His proclamation of a new phase rather encouraged attempts to fine‐tune the analysis of social expenditures. With
a view to the plethora of studies in this vein, one may, however, conclude that there is no evidence for the
retrenchment hypothesis based on public expenditure data alone (Castles 2007 b). Not social expenditures but
rather expenditures for other core responsibilities of the state declined in the 1980s and 1990s. A comparison of
twenty‐one OECD states between 1980 and 2002 reveals a quite pronounced upwards trend of social expenditure
levels as percentages of GDP (and likewise for welfare state funding; Starke et al. 2008).

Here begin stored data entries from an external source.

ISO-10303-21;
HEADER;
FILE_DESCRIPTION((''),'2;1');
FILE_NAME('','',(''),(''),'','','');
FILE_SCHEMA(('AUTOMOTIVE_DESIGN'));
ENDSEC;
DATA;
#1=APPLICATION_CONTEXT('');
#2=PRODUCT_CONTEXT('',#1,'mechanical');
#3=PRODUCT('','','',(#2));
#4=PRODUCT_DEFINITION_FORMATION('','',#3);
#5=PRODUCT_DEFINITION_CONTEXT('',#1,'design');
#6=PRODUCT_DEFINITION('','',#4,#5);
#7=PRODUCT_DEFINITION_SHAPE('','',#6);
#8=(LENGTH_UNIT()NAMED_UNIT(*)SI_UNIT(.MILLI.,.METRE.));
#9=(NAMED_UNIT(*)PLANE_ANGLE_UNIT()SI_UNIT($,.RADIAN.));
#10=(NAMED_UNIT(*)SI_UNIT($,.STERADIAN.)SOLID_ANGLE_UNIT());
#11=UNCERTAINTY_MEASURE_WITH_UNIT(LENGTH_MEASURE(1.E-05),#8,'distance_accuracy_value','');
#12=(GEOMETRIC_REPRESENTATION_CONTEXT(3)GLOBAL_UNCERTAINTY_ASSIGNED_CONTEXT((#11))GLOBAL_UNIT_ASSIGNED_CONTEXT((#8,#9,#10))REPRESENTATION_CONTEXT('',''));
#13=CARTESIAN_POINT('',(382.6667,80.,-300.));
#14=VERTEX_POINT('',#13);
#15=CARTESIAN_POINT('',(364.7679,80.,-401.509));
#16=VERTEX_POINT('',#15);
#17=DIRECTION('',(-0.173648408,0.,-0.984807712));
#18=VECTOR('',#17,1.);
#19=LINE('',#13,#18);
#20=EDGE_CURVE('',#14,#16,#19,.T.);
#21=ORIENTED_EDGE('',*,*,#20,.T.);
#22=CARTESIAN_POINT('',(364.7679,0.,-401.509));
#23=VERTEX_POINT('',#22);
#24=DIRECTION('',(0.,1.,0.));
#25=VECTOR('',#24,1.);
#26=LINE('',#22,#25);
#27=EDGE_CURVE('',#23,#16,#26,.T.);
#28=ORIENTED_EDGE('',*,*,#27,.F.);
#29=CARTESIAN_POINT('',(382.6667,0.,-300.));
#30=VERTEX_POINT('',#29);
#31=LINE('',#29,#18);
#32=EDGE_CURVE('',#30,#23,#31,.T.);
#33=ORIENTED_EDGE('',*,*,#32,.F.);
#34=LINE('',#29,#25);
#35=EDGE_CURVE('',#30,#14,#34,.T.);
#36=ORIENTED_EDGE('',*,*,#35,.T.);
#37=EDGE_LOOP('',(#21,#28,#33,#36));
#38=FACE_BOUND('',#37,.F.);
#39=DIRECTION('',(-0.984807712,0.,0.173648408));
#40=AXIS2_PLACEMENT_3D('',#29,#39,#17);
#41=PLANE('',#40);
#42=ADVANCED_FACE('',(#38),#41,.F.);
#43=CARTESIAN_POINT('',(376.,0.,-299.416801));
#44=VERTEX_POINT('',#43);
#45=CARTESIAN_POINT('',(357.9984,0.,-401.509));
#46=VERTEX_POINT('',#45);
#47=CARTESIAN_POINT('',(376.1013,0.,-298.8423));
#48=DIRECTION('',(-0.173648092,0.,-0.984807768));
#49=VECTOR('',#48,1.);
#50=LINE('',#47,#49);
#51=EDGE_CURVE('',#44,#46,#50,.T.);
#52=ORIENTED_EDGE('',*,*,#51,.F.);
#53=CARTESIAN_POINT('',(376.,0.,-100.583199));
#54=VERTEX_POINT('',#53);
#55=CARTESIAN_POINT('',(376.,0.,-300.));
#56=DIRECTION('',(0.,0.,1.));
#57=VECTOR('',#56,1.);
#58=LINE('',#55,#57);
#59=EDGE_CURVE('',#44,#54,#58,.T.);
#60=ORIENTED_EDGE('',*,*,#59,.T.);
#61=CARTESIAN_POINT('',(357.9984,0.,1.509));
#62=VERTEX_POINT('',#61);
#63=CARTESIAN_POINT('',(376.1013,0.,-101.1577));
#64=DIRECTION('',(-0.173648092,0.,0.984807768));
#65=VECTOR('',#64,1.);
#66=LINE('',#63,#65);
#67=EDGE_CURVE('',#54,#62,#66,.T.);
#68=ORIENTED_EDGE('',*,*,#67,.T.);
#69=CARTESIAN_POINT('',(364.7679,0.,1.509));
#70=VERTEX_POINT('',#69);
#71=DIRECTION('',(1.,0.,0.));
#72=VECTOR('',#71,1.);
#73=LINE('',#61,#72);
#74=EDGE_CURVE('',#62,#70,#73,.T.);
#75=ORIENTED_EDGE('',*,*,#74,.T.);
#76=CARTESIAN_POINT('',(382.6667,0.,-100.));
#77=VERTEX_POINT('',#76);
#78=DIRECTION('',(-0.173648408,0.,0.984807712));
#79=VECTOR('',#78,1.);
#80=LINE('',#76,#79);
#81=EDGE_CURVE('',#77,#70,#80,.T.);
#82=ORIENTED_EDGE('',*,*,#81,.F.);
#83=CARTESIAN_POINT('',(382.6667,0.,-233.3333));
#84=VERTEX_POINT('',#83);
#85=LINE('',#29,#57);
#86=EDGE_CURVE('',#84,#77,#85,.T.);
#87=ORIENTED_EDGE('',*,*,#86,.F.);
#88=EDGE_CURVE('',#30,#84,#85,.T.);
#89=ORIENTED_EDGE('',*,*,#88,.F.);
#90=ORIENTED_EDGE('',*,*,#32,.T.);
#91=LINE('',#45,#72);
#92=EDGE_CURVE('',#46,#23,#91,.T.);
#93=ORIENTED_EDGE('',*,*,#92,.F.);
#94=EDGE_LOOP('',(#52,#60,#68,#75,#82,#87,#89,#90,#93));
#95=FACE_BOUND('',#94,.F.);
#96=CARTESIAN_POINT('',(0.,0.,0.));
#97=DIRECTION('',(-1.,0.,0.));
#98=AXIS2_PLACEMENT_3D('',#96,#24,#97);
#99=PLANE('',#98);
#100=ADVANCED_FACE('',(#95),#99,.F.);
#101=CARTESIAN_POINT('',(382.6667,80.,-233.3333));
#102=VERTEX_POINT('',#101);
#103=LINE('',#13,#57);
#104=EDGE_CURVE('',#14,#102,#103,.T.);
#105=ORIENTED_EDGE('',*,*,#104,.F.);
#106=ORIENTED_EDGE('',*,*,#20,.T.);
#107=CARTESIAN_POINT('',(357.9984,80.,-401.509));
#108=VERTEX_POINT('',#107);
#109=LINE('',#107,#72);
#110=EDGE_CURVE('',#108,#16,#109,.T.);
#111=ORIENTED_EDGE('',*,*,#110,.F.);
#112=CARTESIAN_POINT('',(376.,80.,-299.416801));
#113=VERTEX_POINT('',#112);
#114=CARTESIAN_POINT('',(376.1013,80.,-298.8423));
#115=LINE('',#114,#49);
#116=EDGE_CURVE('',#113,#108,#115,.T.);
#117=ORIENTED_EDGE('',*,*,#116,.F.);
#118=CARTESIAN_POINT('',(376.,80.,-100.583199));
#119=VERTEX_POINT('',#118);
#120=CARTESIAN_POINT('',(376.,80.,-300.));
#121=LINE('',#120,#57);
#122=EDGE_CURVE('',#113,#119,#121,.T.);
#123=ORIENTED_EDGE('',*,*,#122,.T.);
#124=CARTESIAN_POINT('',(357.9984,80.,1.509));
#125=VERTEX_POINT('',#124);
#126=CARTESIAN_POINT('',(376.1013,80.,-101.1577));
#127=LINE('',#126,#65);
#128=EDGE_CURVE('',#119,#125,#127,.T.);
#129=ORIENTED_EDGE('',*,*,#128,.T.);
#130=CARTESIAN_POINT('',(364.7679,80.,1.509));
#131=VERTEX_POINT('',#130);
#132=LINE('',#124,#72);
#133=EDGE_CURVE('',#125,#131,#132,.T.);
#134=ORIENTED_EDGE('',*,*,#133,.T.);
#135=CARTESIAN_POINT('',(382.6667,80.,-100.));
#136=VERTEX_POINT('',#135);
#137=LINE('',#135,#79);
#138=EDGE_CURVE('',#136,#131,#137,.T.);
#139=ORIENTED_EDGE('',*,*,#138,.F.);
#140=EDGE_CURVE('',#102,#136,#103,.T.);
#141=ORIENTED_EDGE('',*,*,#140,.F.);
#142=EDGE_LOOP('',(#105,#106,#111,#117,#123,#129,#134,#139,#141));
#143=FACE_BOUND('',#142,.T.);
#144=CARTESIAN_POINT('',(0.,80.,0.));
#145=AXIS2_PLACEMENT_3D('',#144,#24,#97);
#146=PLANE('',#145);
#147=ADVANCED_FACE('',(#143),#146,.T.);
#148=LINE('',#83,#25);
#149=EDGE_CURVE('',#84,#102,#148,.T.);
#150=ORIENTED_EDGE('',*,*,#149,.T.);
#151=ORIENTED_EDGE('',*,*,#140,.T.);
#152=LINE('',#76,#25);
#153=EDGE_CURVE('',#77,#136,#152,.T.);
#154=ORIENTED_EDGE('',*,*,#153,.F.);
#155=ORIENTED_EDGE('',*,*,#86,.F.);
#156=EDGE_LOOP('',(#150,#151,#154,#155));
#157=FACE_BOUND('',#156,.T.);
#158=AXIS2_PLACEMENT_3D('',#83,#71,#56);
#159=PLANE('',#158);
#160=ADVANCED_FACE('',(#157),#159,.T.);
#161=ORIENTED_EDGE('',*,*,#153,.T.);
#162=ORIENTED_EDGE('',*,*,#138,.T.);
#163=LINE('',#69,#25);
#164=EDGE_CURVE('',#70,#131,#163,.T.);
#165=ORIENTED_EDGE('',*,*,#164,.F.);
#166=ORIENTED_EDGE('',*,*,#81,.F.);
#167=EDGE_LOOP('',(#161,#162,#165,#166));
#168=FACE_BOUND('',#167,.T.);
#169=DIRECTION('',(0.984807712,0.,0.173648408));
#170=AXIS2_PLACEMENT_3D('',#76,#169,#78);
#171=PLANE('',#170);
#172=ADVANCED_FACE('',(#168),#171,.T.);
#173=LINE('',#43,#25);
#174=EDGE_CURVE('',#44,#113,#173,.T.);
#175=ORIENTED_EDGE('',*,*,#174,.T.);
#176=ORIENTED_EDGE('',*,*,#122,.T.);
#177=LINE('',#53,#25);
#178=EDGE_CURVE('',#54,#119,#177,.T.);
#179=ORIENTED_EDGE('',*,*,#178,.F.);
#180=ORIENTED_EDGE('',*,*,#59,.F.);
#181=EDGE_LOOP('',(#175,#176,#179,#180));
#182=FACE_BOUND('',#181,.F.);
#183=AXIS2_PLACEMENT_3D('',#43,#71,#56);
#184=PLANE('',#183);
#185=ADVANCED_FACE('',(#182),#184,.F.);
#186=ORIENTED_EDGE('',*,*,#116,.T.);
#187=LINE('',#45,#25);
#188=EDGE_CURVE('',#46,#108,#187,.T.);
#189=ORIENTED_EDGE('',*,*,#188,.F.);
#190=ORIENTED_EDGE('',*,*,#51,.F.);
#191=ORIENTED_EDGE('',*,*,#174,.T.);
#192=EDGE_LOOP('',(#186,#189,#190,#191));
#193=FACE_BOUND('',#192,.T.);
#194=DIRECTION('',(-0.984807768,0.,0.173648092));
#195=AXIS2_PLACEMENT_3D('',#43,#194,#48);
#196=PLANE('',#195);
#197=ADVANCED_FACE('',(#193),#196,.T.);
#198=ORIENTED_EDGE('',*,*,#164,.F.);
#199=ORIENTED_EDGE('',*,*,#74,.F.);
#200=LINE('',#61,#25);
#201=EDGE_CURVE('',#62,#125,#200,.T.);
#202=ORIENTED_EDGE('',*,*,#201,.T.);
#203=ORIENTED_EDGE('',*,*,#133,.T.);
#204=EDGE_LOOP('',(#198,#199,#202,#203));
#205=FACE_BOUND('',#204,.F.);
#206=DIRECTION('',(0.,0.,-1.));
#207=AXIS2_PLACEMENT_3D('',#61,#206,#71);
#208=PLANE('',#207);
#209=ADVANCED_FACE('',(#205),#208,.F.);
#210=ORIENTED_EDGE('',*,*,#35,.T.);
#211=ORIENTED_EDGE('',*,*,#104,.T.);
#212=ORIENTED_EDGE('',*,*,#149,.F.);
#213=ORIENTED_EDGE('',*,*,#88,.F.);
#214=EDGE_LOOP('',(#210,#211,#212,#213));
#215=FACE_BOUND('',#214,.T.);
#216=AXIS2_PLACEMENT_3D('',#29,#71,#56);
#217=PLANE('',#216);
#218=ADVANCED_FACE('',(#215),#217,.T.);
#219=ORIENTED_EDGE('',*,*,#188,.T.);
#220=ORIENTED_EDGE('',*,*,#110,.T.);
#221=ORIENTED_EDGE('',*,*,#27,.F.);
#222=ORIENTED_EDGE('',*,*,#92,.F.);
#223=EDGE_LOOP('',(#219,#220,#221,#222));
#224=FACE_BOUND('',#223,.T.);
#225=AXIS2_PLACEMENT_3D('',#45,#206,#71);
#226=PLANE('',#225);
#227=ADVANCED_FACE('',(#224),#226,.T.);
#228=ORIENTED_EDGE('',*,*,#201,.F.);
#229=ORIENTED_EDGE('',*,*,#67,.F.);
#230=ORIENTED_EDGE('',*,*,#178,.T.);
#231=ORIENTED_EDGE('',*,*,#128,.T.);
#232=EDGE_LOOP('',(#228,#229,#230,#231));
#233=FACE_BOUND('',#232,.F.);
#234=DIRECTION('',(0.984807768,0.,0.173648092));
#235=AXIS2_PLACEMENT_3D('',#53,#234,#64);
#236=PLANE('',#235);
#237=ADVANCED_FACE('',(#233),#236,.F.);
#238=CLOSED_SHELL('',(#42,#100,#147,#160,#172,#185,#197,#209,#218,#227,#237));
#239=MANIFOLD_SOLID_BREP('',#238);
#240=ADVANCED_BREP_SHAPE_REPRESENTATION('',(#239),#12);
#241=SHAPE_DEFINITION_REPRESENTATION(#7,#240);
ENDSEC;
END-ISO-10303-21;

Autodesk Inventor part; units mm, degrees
ref_plane "YZ Plane" through (0, 0, 0) normal (1, 0, 0) x (0, 1, 0)
ref_plane "XZ Plane" through (0, 0, 0) normal (0, 1, 0) x (-1, 0, 0)
ref_plane "XY Plane" through (0, 0, 0) normal (0, 0, 1) x (1, 0, 0)
sketch "Boceto1" plane through (0, 0, 0) normal (0, 1, 0) x (-1, 0, 0)
  line L0 (-382.6667, -300) -> (-382.6667, -100)
  line L1 (-382.6667, -300) -> (-382.6667, -233.3333)
  line L2 (-382.6667, -233.3333) -> (-382.6667, -300)
  line L3 (-382.6667, -300) -> (-364.7679, -401.509)
  line L4 (-382.6667, -300) -> (-382.6667, -100)
  line L5 (-382.6667, -100) -> (-364.7679, 1.509)
  line L6 (-376, -300) -> (-376, -100)
  line L7 (-376.1013, -298.8423) -> (-357.9984, -401.509)
  line L8 (-376.1013, -101.1577) -> (-357.9984, 1.509)
  line L9 (-357.9984, 1.509) -> (-364.7679, 1.509)
  line L10 (-357.9984, -401.509) -> (-364.7679, -401.509)
  point P0 (0, 0)
  point P1 (-376, -299.4167)
  point P2 (-376, -100.5833)
  dimension "d14" = 200
extrude "Extrusión1" add sketch "Boceto1" along normal blind 80
properties part number "guia"
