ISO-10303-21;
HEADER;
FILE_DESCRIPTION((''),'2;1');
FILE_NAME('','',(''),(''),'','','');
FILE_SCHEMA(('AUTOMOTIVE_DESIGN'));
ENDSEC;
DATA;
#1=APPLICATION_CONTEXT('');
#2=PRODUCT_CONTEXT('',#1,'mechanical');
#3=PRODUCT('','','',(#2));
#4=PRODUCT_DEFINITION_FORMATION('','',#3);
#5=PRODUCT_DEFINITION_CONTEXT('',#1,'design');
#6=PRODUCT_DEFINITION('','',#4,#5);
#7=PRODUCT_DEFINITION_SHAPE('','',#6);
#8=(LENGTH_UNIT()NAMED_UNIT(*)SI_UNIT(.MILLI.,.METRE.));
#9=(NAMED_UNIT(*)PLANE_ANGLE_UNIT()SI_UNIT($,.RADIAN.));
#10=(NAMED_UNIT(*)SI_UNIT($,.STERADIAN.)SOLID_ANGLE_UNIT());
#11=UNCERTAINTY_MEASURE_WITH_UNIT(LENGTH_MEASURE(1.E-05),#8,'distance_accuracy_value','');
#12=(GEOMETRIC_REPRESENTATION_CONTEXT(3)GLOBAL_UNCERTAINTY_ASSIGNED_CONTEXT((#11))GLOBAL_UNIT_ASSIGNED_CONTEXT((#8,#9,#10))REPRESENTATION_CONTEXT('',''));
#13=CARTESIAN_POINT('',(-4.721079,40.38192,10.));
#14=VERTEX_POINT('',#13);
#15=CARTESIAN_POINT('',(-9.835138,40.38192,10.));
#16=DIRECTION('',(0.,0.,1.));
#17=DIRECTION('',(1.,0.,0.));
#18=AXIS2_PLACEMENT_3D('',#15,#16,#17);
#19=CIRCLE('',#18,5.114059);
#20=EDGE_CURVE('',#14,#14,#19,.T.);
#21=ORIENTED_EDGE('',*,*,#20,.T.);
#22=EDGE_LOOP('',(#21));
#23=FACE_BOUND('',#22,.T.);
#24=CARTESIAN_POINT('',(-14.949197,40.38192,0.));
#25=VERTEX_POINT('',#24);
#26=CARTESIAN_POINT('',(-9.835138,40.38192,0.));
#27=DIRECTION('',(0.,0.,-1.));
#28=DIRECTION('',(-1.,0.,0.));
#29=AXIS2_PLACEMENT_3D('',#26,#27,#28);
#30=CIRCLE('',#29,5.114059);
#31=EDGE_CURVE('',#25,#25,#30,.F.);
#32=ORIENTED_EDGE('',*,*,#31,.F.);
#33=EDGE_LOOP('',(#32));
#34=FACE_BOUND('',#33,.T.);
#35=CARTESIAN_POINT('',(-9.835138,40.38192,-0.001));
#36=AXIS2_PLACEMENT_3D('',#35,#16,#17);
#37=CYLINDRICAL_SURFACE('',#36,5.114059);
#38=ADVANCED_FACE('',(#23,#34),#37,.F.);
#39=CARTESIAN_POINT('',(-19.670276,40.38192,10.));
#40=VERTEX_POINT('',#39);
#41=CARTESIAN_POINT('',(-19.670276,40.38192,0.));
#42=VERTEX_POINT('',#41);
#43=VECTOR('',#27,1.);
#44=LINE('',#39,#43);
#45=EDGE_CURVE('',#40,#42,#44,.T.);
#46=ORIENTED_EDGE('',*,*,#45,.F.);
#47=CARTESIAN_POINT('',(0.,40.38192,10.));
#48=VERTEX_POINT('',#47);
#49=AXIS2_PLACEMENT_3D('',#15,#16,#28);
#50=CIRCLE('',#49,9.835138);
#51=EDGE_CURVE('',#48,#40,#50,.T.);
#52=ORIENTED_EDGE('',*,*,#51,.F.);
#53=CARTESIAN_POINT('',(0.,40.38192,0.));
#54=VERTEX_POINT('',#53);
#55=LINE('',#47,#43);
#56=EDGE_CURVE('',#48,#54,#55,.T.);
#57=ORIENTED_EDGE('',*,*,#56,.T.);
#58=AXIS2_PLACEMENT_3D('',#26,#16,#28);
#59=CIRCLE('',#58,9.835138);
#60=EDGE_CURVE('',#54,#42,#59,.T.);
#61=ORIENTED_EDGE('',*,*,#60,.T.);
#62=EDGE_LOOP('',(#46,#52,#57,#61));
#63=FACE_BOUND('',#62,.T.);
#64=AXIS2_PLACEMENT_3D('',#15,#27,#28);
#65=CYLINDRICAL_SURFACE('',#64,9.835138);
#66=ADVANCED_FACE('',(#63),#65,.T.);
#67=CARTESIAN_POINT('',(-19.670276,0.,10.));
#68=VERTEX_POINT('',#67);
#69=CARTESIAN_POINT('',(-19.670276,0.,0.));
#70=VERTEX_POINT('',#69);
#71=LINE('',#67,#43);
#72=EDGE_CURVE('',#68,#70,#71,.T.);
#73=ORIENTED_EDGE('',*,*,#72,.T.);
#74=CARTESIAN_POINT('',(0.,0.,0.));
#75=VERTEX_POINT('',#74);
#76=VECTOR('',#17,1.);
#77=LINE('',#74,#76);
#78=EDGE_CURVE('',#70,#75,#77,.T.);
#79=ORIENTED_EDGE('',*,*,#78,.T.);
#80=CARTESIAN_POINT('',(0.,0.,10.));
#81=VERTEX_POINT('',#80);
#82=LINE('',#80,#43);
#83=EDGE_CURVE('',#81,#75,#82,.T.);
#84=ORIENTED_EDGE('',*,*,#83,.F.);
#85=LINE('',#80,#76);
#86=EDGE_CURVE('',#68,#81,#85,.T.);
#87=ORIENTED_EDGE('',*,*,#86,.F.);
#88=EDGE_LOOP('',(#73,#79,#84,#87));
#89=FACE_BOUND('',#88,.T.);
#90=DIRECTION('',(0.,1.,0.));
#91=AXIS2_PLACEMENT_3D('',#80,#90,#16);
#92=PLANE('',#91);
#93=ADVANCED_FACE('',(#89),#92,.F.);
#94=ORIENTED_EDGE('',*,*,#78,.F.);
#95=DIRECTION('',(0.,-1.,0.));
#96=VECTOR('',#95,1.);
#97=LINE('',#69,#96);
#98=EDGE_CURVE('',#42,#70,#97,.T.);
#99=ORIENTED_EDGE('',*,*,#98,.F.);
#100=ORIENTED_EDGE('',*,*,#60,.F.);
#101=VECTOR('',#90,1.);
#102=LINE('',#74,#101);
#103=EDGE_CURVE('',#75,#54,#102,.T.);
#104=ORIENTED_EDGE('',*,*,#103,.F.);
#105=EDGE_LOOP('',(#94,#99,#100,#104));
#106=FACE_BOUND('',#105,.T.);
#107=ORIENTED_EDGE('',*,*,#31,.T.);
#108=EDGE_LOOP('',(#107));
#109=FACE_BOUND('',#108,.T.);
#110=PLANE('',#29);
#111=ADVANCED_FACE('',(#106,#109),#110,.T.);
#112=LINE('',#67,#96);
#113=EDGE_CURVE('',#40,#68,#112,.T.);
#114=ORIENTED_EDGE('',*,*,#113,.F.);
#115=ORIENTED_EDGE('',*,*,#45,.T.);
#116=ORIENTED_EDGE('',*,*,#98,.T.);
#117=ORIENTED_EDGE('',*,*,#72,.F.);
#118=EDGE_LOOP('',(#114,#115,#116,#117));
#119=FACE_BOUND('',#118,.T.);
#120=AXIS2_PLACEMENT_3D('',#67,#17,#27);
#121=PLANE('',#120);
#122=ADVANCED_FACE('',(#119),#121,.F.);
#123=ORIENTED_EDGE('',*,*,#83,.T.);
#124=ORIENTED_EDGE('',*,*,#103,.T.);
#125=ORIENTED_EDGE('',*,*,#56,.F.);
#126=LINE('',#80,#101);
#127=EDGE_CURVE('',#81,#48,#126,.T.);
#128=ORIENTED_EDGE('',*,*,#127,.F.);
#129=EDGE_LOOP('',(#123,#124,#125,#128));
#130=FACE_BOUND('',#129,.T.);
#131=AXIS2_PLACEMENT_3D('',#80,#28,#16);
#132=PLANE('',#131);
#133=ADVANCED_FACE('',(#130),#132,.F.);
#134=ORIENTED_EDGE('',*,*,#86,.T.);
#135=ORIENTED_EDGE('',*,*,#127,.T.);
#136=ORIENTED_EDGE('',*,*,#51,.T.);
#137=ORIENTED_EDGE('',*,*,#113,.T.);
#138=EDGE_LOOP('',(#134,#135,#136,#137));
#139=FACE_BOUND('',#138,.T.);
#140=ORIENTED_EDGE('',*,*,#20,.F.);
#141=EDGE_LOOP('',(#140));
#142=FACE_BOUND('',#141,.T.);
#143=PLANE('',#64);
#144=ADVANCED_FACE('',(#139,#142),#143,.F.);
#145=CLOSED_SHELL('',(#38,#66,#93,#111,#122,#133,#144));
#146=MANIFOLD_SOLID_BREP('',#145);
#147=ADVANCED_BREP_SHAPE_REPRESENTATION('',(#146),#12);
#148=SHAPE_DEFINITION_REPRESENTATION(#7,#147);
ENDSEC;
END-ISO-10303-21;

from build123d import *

# Parameters (mm, degrees)
BOSS_EXTRUDE1_DEPTH = 10
CUT_EXTRUDE1_REACH  = 56.851
SKETCH2_R           = 5.114059111


with BuildPart() as part:
    # Sketch1 → Boss-Extrude1 (new body)
    with BuildSketch(Plane.XY):
        with BuildLine():
            Line((0, 0), (-19.67027632, 0))
            Line((-19.67027632, 0), (-19.67027632, 40.381920209))
            ThreePointArc((-19.67027632, 40.381920209), (-9.83513816, 50.217058369), (0, 40.381920209))
            Line((0, 40.381920209), (0, 0))
        make_face()
    extrude(amount=BOSS_EXTRUDE1_DEPTH)

    # Sketch2 → Cut-Extrude1 (cut, up to next)
    with BuildSketch(Plane.XY.offset(10), mode=Mode.PRIVATE) as cut_extrude1_sk1:
        with Locations((-9.83513816, 40.381920209)):
            Circle(SKETCH2_R)
    cut_extrude1_tool1 = extrude(cut_extrude1_sk1.sketch, amount=-CUT_EXTRUDE1_REACH, mode=Mode.PRIVATE) & part.part
    add(cut_extrude1_tool1.solids().sort_by_distance((-9.835138, 40.38192, 10))[0], mode=Mode.SUBTRACT)


solid = part.part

This development is not
merely a function of demographic shifts, as we do not only observe a rise of expenditures for old‐age security (on
average, from 6.7 to 8.3 per cent of GDP), but also growing expenditures for health, unemployment and family
benefits. This evidence indicates that the race to the bottom variant of the globalization hypothesis has been
falsified if social expenditures are accepted as the primary indicator for welfare state development and
retrenchment. However, if this indicator is employed, the two‐phase periodization of welfare state development is
no longer tenable. The comparison of social expenditures highlights continuities and downplays potential ruptures.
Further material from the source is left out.